In the data below, count every line that holds the string "amount" and reply with the number alone.

Data records
/---

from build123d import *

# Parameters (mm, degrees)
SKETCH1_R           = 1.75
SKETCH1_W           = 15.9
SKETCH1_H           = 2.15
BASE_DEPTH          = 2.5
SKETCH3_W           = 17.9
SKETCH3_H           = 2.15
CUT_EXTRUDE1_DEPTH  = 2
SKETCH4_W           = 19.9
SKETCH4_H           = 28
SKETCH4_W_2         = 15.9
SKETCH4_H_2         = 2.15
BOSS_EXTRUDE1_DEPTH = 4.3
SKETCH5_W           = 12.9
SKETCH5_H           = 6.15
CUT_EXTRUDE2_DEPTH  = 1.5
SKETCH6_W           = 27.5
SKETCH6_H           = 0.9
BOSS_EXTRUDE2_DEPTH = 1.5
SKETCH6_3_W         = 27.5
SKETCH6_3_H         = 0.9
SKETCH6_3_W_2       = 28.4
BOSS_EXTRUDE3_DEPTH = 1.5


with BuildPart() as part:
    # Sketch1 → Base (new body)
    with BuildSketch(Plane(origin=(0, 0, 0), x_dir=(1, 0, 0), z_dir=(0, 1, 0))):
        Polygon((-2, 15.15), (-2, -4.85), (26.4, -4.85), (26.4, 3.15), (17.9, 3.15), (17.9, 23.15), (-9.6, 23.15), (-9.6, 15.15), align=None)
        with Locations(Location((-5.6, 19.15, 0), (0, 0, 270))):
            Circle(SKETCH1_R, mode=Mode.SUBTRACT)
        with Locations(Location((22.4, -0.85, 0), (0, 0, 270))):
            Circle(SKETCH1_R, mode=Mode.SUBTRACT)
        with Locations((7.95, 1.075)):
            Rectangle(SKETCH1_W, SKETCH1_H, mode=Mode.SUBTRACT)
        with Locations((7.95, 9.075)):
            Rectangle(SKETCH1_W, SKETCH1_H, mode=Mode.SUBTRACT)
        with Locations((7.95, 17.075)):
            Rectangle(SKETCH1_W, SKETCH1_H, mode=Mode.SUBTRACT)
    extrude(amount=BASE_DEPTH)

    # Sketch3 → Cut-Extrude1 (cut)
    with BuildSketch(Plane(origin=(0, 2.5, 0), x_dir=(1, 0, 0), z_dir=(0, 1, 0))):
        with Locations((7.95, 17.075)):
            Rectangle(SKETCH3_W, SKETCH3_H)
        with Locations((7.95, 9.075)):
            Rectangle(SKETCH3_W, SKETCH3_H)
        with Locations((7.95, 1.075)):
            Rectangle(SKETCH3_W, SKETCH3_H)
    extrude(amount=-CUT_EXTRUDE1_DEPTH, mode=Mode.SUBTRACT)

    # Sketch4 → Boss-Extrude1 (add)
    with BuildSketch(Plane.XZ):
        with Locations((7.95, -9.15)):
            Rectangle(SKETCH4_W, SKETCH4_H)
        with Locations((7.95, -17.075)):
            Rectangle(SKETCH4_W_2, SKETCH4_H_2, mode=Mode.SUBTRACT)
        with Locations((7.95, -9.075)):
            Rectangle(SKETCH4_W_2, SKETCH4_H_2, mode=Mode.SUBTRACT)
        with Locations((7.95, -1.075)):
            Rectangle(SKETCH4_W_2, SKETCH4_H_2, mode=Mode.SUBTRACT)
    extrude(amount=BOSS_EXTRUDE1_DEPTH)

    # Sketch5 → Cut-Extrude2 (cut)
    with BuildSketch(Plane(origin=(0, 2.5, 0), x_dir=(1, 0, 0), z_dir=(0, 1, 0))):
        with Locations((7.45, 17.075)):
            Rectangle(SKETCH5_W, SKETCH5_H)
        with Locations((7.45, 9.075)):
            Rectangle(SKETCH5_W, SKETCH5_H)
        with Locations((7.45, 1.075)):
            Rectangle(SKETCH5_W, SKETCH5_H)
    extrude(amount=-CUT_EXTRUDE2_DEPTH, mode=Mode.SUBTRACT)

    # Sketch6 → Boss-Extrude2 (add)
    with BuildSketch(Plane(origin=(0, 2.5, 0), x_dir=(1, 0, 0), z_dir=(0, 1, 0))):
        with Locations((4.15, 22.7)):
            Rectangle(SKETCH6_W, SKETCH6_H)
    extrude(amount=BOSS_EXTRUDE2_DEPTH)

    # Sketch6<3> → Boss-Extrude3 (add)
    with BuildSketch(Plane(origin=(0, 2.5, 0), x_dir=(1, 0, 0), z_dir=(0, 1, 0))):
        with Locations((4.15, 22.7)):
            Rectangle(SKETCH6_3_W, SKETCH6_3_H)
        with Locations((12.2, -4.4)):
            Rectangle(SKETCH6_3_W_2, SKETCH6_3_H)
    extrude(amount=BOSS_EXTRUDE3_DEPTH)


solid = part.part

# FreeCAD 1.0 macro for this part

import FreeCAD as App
import Part
import Sketcher
Q = App.Units.Quantity


def add_polygon(sketch, points):
    """Adds a closed chain of lines whose ends are joined by coincident constraints."""
    first, n = sketch.GeometryCount, len(points)
    for a, b in zip(points, points[1:] + points[:1]):
        sketch.addGeometry(Part.LineSegment(App.Vector(*a, 0), App.Vector(*b, 0)), False)
    for i in range(n):
        sketch.addConstraint(Sketcher.Constraint("Coincident", first + i, 2, first + (i + 1) % n, 1))

doc = App.newDocument("Part")
params = doc.addObject("Spreadsheet::Sheet", "Params")
for row, (alias, value) in enumerate([
    ("sketch1_diameter", "3.5 mm"),
    ("sketch1_height", "20 mm"),
    ("sketch1_height2", "8 mm"),
    ("sketch1_width", "28.4 mm"),
    ("sketch1_width2", "8.5 mm"),
    ("pad1_length", "2.5 mm"),
    ("sketch2_width", "17.9 mm"),
    ("sketch2_height", "2.15 mm"),
    ("pocket1_length", "2 mm"),
    ("sketch3_height", "28 mm"),
    ("sketch3_width", "19.9 mm"),
    ("sketch3_width2", "15.9 mm"),
    ("sketch3_height2", "2.15 mm"),
    ("pad2_length", "4.3 mm"),
    ("sketch4_width", "12.9 mm"),
    ("sketch4_height", "6.15 mm"),
    ("pocket2_length", "1.5 mm"),
    ("sketch5_width", "27.5 mm"),
    ("sketch5_height", "0.9 mm"),
    ("pad3_length", "1.5 mm"),
    ("sketch6_width", "27.5 mm"),
    ("sketch6_width2", "28.4 mm"),
    ("sketch6_height", "0.9 mm"),
    ("pad4_length", "1.5 mm"),
], start=1):
    params.set(f"A{row}", alias)
    params.set(f"B{row}", "=" + value)
    params.setAlias(f"B{row}", alias)

body = doc.addObject("PartDesign::Body", "Body")

# Sketch on XZ plane
sketch1 = doc.addObject("Sketcher::SketchObject", "Sketch")
body.addObject(sketch1)
sketch1.AttachmentSupport = (doc.XZ_Plane, [""])
sketch1.MapMode = "FlatFace"
add_polygon(sketch1, [(-2, -15.15), (-2, 4.85), (26.4, 4.85), (26.4, -3.15), (17.9, -3.15), (17.9, -23.15), (-9.6, -23.15), (-9.6, -15.15)])  # lines 0-7
add_polygon(sketch1, [(15.9, 0), (0, 0), (0, -2.15), (15.9, -2.15)])  # lines 8-11
add_polygon(sketch1, [(15.9, -8), (0, -8), (0, -10.15), (15.9, -10.15)])  # lines 12-15
sketch1.addGeometry(Part.Circle(App.Vector(22.4, 0.85, 0), App.Vector(0, 0, 1), 1.75), False)  # 16
sketch1.addGeometry(Part.Circle(App.Vector(-5.6, -19.15, 0), App.Vector(0, 0, 1), 1.75), False)  # 17
add_polygon(sketch1, [(15.9, -16), (0, -16), (0, -18.15), (15.9, -18.15)])  # lines 18-21
sketch1.addConstraint([
    Sketcher.Constraint("Vertical", 0),
    Sketcher.Constraint("Horizontal", 1),
    Sketcher.Constraint("Vertical", 2),
    Sketcher.Constraint("Horizontal", 3),
    Sketcher.Constraint("Vertical", 4),
    Sketcher.Constraint("Horizontal", 5),
    Sketcher.Constraint("Vertical", 6),
    Sketcher.Constraint("Horizontal", 7),
    Sketcher.Constraint("Horizontal", 8),
    Sketcher.Constraint("Vertical", 9),
    Sketcher.Constraint("Horizontal", 10),
    Sketcher.Constraint("Vertical", 11),
    Sketcher.Constraint("Horizontal", 12),
    Sketcher.Constraint("Vertical", 13),
    Sketcher.Constraint("Horizontal", 14),
    Sketcher.Constraint("Vertical", 15),
    Sketcher.Constraint("Horizontal", 18),
    Sketcher.Constraint("Vertical", 19),
    Sketcher.Constraint("Horizontal", 20),
    Sketcher.Constraint("Vertical", 21),
    Sketcher.Constraint("Coincident", 8, 2, -1, 1),
    Sketcher.Constraint("Equal", 16, 17),
    Sketcher.Constraint("PointOnObject", 12, 2, -2),
    Sketcher.Constraint("PointOnObject", 18, 2, -2),
    Sketcher.Constraint("Vertical", 11, 2, 14, 2),
    Sketcher.Constraint("Vertical", 15, 2, 20, 2),
    Sketcher.Constraint("Equal", 0, 4),
    Sketcher.Constraint("Equal", 11, 13),
    Sketcher.Constraint("Equal", 15, 19),
    Sketcher.Constraint("Diameter", 16, Q("3.5 mm")),
    Sketcher.Constraint("DistanceY", 0, 1, 0, 2, Q("20 mm")),
    Sketcher.Constraint("DistanceY", 2, 2, 2, 1, Q("8 mm")),
    Sketcher.Constraint("DistanceX", 1, 1, 1, 2, Q("28.4 mm")),
    Sketcher.Constraint("DistanceX", 3, 2, 3, 1, Q("8.5 mm")),
    Sketcher.Constraint("DistanceX", 5, 2, 5, 1, Q("27.5 mm")),
    Sketcher.Constraint("DistanceX", 8, 2, 8, 1, Q("15.9 mm")),
    Sketcher.Constraint("DistanceX", 0, 2, -1, 1, Q("2 mm")),
    Sketcher.Constraint("DistanceY", 12, 2, -1, 1, Q("8 mm")),
    Sketcher.Constraint("DistanceY", 18, 2, -1, 1, Q("16 mm")),
    Sketcher.Constraint("DistanceX", 17, 3, 16, 3, Q("28 mm")),
    Sketcher.Constraint("DistanceY", 17, 3, 16, 3, Q("20 mm")),
    Sketcher.Constraint("DistanceY", 17, 3, 0, 2, Q("24 mm")),
    Sketcher.Constraint("DistanceX", 16, 3, 1, 2, Q("4 mm")),
    Sketcher.Constraint("DistanceY", 9, 2, 0, 2, Q("7 mm")),
    Sketcher.Constraint("DistanceY", 9, 2, 9, 1, Q("2.15 mm")),
])
sketch1.setExpression("Constraints[49]", "Params.sketch1_diameter")
sketch1.setExpression("Constraints[50]", "Params.sketch1_height")
sketch1.setExpression("Constraints[51]", "Params.sketch1_height2")
sketch1.setExpression("Constraints[52]", "Params.sketch1_width")
sketch1.setExpression("Constraints[53]", "Params.sketch1_width2")
pad1 = doc.addObject("PartDesign::Pad", "Pad")
body.addObject(pad1)
pad1.Profile = sketch1
pad1.setExpression("Length", "Params.pad1_length")
pad1.Reversed = True

# Sketch on XZ plane
sketch2 = doc.addObject("Sketcher::SketchObject", "Sketch001")
body.addObject(sketch2)
sketch2.AttachmentSupport = (doc.XZ_Plane, [""])
sketch2.MapMode = "FlatFace"
sketch2.AttachmentOffset = App.Placement(App.Vector(0, 0, -2.5), App.Rotation())
add_polygon(sketch2, [(-1, -18.15), (-1, -16), (16.9, -16), (16.9, -18.15)])  # lines 0-3
add_polygon(sketch2, [(-1, -10.15), (-1, -8), (16.9, -8), (16.9, -10.15)])  # lines 4-7
add_polygon(sketch2, [(-1, -2.15), (-1, 0), (16.9, 0), (16.9, -2.15)])  # lines 8-11
sketch2.addConstraint([
    Sketcher.Constraint("Vertical", 0),
    Sketcher.Constraint("Horizontal", 1),
    Sketcher.Constraint("Vertical", 2),
    Sketcher.Constraint("Horizontal", 3),
    Sketcher.Constraint("Vertical", 4),
    Sketcher.Constraint("Horizontal", 5),
    Sketcher.Constraint("Vertical", 6),
    Sketcher.Constraint("Horizontal", 7),
    Sketcher.Constraint("Vertical", 8),
    Sketcher.Constraint("Horizontal", 9),
    Sketcher.Constraint("Vertical", 10),
    Sketcher.Constraint("Horizontal", 11),
    Sketcher.Constraint("PointOnObject", 8, 2, -1),
    Sketcher.Constraint("Vertical", 3, 2, 4, 2),
    Sketcher.Constraint("Vertical", 2, 2, 5, 2),
    Sketcher.Constraint("Vertical", 7, 2, 8, 2),
    Sketcher.Constraint("Vertical", 6, 2, 9, 2),
    Sketcher.Constraint("Equal", 2, 4),
    Sketcher.Constraint("Equal", 6, 8),
    Sketcher.Constraint("DistanceX", 1, 1, 1, 2, Q("17.9 mm")),
    Sketcher.Constraint("DistanceX", 0, 2, -1, 1, Q("1 mm")),
    Sketcher.Constraint("DistanceY", 0, 2, -1, 1, Q("16 mm")),
    Sketcher.Constraint("DistanceY", 4, 2, -1, 1, Q("8 mm")),
    Sketcher.Constraint("DistanceY", 0, 1, 0, 2, Q("2.15 mm")),
])
sketch2.setExpression("Constraints[31]", "Params.sketch2_width")
sketch2.setExpression("Constraints[35]", "Params.sketch2_height")
pocket1 = doc.addObject("PartDesign::Pocket", "Pocket")
body.addObject(pocket1)
pocket1.Profile = sketch2
pocket1.setExpression("Length", "Params.pocket1_length")
pocket1.Reversed = True

# Sketch on XZ plane
sketch3 = doc.addObject("Sketcher::SketchObject", "Sketch002")
body.addObject(sketch3)
sketch3.AttachmentSupport = (doc.XZ_Plane, [""])
sketch3.MapMode = "FlatFace"
add_polygon(sketch3, [(-2, 4.85), (-2, -23.15), (17.9, -23.15), (17.9, 4.85)])  # lines 0-3
add_polygon(sketch3, [(15.9, -18.15), (0, -18.15), (0, -16), (15.9, -16)])  # lines 4-7
add_polygon(sketch3, [(15.9, -10.15), (0, -10.15), (0, -8), (15.9, -8)])  # lines 8-11
add_polygon(sketch3, [(15.9, -2.15), (0, -2.15), (0, 0), (15.9, 0)])  # lines 12-15
sketch3.addConstraint([
    Sketcher.Constraint("Vertical", 0),
    Sketcher.Constraint("Horizontal", 1),
    Sketcher.Constraint("Vertical", 2),
    Sketcher.Constraint("Horizontal", 3),
    Sketcher.Constraint("Horizontal", 4),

\---

Expected answer
6